According to Almost, Maine, a sticky-sweet confection from actor/playwright John Cariani, people do things a lot differently in northern Maine than they do in Manhattan. Everybody goes to the same bar, where one has a good chance of bumping into a former sweetheart. The young ladies who leave the state to pursue a higher education often regret leaving behind the nice young men who wanted to marry them. Heck, the folks living in some parts of Maine don’t even get around to naming their towns!

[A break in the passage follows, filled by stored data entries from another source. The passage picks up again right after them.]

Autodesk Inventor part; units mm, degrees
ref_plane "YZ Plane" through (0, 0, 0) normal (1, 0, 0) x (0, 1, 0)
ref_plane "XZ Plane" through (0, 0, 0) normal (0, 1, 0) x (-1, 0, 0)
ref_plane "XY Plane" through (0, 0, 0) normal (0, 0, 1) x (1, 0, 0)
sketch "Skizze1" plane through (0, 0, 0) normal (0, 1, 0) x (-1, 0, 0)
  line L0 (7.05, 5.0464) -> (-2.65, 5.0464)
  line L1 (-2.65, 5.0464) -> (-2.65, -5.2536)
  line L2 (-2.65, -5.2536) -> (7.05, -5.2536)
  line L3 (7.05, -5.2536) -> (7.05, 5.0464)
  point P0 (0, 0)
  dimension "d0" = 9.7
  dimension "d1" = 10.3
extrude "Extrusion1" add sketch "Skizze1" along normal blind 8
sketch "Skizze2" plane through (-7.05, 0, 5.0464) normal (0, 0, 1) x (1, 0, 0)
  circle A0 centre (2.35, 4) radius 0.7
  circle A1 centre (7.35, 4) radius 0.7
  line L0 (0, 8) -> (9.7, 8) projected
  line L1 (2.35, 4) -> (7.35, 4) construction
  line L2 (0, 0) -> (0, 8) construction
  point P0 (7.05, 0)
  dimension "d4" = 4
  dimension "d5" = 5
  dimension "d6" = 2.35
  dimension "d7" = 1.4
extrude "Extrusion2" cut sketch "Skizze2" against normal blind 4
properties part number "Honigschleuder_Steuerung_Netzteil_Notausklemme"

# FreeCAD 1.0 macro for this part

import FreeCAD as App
import Part
import Sketcher
from FreeCAD import Vector

doc = App.newDocument("Part")
body = doc.addObject("PartDesign::Body", "Body")

# Sketch on XZ plane
sketch1 = body.newObject("Sketcher::SketchObject", "Sketch")
sketch1.AttachmentSupport = (doc.getObject("XZ_Plane"), [""])
sketch1.MapMode = "FlatFace"
sketch1.addGeometry([
    Part.LineSegment(Vector(-7, -5, 0), Vector(-7, 5, 0)),
    Part.LineSegment(Vector(-7, 5, 0), Vector(3, 5, 0)),
    Part.LineSegment(Vector(3, 5, 0), Vector(3, -5, 0)),
    Part.LineSegment(Vector(3, -5, 0), Vector(-7, -5, 0)),
], False)
sketch1.addConstraint([
    Sketcher.Constraint("Coincident", 0, 2, 1, 1),
    Sketcher.Constraint("Coincident", 1, 2, 2, 1),
    Sketcher.Constraint("Coincident", 2, 2, 3, 1),
    Sketcher.Constraint("Coincident", 3, 2, 0, 1),
    Sketcher.Constraint("Vertical", 0),
    Sketcher.Constraint("Horizontal", 1),
    Sketcher.Constraint("Vertical", 2),
    Sketcher.Constraint("Horizontal", 3),
    Sketcher.Constraint("DistanceX", 1, 1, 1, 2, 9.7),
    Sketcher.Constraint("DistanceY", 0, 1, 0, 2, 10.3),
    Sketcher.Constraint("DistanceX", 0, 2, -1, 1, 7.05),
    Sketcher.Constraint("DistanceY", -1, 1, 0, 2, 5.0464),
])
pad1 = body.newObject("PartDesign::Pad", "Pad")
pad1.Profile = sketch1
pad1.Length = 8
pad1.Reversed = True

# Sketch on XY plane
sketch2 = body.newObject("Sketcher::SketchObject", "Sketch001")
sketch2.AttachmentSupport = (doc.getObject("XY_Plane"), [""])
sketch2.MapMode = "FlatFace"
sketch2.AttachmentOffset = App.Placement(Vector(0, 0, 5.0464), App.Rotation())
sketch2.addGeometry([
    Part.Circle(Vector(-4.7, 4, 0), Vector(0, 0, 1), 0.7),
    Part.Circle(Vector(0.3, 4, 0), Vector(0, 0, 1), 0.7),
], False)
sketch2.addConstraint([
    Sketcher.Constraint("Equal", 0, 1),
    Sketcher.Constraint("Horizontal", 0, 3, 1, 3),
    Sketcher.Constraint("Diameter", 0, 1.4),
    Sketcher.Constraint("DistanceY", -1, 1, 0, 3, 4.0),
    Sketcher.Constraint("DistanceX", 0, 3, 1, 3, 5.0),
    Sketcher.Constraint("DistanceX", 0, 3, -1, 1, 4.7),
])
pocket1 = body.newObject("PartDesign::Pocket", "Pocket")
pocket1.Profile = sketch2
pocket1.Length = 4

doc.recompute()
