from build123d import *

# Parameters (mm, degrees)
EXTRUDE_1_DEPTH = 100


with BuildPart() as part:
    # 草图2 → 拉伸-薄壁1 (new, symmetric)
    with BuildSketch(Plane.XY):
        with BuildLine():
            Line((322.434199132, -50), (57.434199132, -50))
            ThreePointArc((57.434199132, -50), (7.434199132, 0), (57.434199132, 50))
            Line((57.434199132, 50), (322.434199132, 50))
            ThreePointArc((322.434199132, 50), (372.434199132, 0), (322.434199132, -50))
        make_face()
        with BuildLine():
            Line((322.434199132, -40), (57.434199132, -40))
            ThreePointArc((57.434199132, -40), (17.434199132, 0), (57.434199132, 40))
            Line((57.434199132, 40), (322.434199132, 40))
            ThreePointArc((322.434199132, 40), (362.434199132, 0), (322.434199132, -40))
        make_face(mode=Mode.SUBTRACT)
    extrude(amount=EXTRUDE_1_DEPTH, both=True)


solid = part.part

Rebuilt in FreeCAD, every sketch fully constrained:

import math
import FreeCAD as App
import Part
import Sketcher
Q = App.Units.Quantity

doc = App.newDocument("Part")
body = doc.addObject("PartDesign::Body", "Body")

sketch1 = doc.addObject("Sketcher::SketchObject", "Sketch")
body.addObject(sketch1)
sketch1.AttachmentSupport = (doc.XY_Plane, [""])
sketch1.MapMode = "FlatFace"
sketch1.addGeometry(Part.LineSegment(App.Vector(57, -50, 0), App.Vector(322, -50, 0)), False)
sketch1.addGeometry(Part.ArcOfCircle(Part.Circle(App.Vector(322, 0, 0), App.Vector(0, 0, 1), 50), math.radians(-90), math.radians(90)), False)
sketch1.addGeometry(Part.LineSegment(App.Vector(322, 50, 0), App.Vector(57, 50, 0)), False)
sketch1.addGeometry(Part.ArcOfCircle(Part.Circle(App.Vector(57, 0, 0), App.Vector(0, 0, 1), 50), math.radians(90), math.radians(270)), False)
sketch1.addGeometry(Part.LineSegment(App.Vector(322, -40, 0), App.Vector(57, -40, 0)), False)
sketch1.addGeometry(Part.ArcOfCircle(Part.Circle(App.Vector(57, 0, 0), App.Vector(0, 0, 1), 40), math.radians(90), math.radians(270)), False)
sketch1.addGeometry(Part.LineSegment(App.Vector(57, 40, 0), App.Vector(322, 40, 0)), False)
sketch1.addGeometry(Part.ArcOfCircle(Part.Circle(App.Vector(322, 0, 0), App.Vector(0, 0, 1), 40), math.radians(-90), math.radians(90)), False)
sketch1.addConstraint(Sketcher.Constraint("Tangent", 0, 2, 1, 1))
sketch1.addConstraint(Sketcher.Constraint("Tangent", 1, 2, 2, 1))
sketch1.addConstraint(Sketcher.Constraint("Tangent", 2, 2, 3, 1))
sketch1.addConstraint(Sketcher.Constraint("Tangent", 3, 2, 0, 1))
sketch1.addConstraint(Sketcher.Constraint("Tangent", 4, 2, 5, 2))
sketch1.addConstraint(Sketcher.Constraint("Tangent", 5, 1, 6, 1))
sketch1.addConstraint(Sketcher.Constraint("Tangent", 6, 2, 7, 2))
sketch1.addConstraint(Sketcher.Constraint("Tangent", 7, 1, 4, 1))
sketch1.addConstraint(Sketcher.Constraint("Horizontal", 0))
sketch1.addConstraint(Sketcher.Constraint("Horizontal", 2))
sketch1.addConstraint(Sketcher.Constraint("Horizontal", 4))
sketch1.addConstraint(Sketcher.Constraint("Horizontal", 6))
sketch1.addConstraint(Sketcher.Constraint("Coincident", 5, 3, 3, 3))
sketch1.addConstraint(Sketcher.Constraint("PointOnObject", 1, 3, -1))
sketch1.addConstraint(Sketcher.Constraint("Vertical", 7, 3, 0, 2))
sketch1.addConstraint(Sketcher.Constraint("Radius", 1, Q("50 mm")))
sketch1.addConstraint(Sketcher.Constraint("Radius", 5, Q("40 mm")))
sketch1.addConstraint(Sketcher.Constraint("DistanceX", 0, 1, 0, 2, Q("265 mm")))
sketch1.addConstraint(Sketcher.Constraint("DistanceX", -1, 1, 1, 3, Q("322.434199 mm")))
pad1 = doc.addObject("PartDesign::Pad", "Pad")
body.addObject(pad1)
pad1.Profile = sketch1
pad1.Length = 200
pad1.Midplane = True

doc.recompute()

As a portrait of rural life, this play is no Winesburg, Ohio, but it does contain a certain amount of substance, wit, and intelligence. The action of all nine vignettes that make up the piece begins at 9pm on a winter’s Friday night, as the townsfolk fall in and out of love with each other. In one of the funniest sketches, a simple young man named Steve is sitting in a laundry room and scribbling in a notebook marked “Things That Hurt” when fellow laundry-doer Marvalyn accidentally smacks him with an ironing board. Unfazed, he tells her that he was born with underdeveloped nerve endings and therefore has to record hazardous situations for his own protection. Believe it or not, this conversation turns to serious questions of love and religion.
Cariani’s magical realistic tone is often quite appealing; missing shoes literally fall from the heavens, and so on. But, eventually, the audience’s tolerance for whimsy is pushed to the limit. Part of the problem is the play’s two-hour running time, too long for what is ultimately a series of barely connected sketches. An even larger concern is the author’s tendency to be folksy at the expense of dramatic integrity. In one blinkered scene, a married couple with two children decides to call it quits after an unhappy anniversary; the wife drives away, leaving her husband stranded at the skating rink, but he’s too busy wistfully contemplating the mysteries of the universe to notice that she’s gone.
Four actors are called upon to play the show’s 19 different roles. Miriam Shor, who managed to convince people that she was rock-and-roll hunk Yitzhak in Hedwig and the Angry Inch, once more proves her chameleonic abilitiies and even gets to do the gender-bending shtick again as the decidedly masculine Rhonda. Todd Cerveris plays a series of naïfs with charm to spare, while Justin Hagan is grounded in his roles. Only Finnerty Steeves overdoes her characters’ sitcom-style quirkiness.
All elements of the staging are designed to warm cynical urban hearts. James Youmans’ scenery consists of a wooden promenade surrounded by mounds of snow; Jeff Croiter’s effective lighting shines the starry landscape at the audience; and Julian Fleisher punctuates inspirational scenes with syrupy music. Director Gabriel Barre’s pacing leaves a little too much time for Kodak moments, but if you’re looking to take a flight of fancy, you may want to visit Almost, Maine.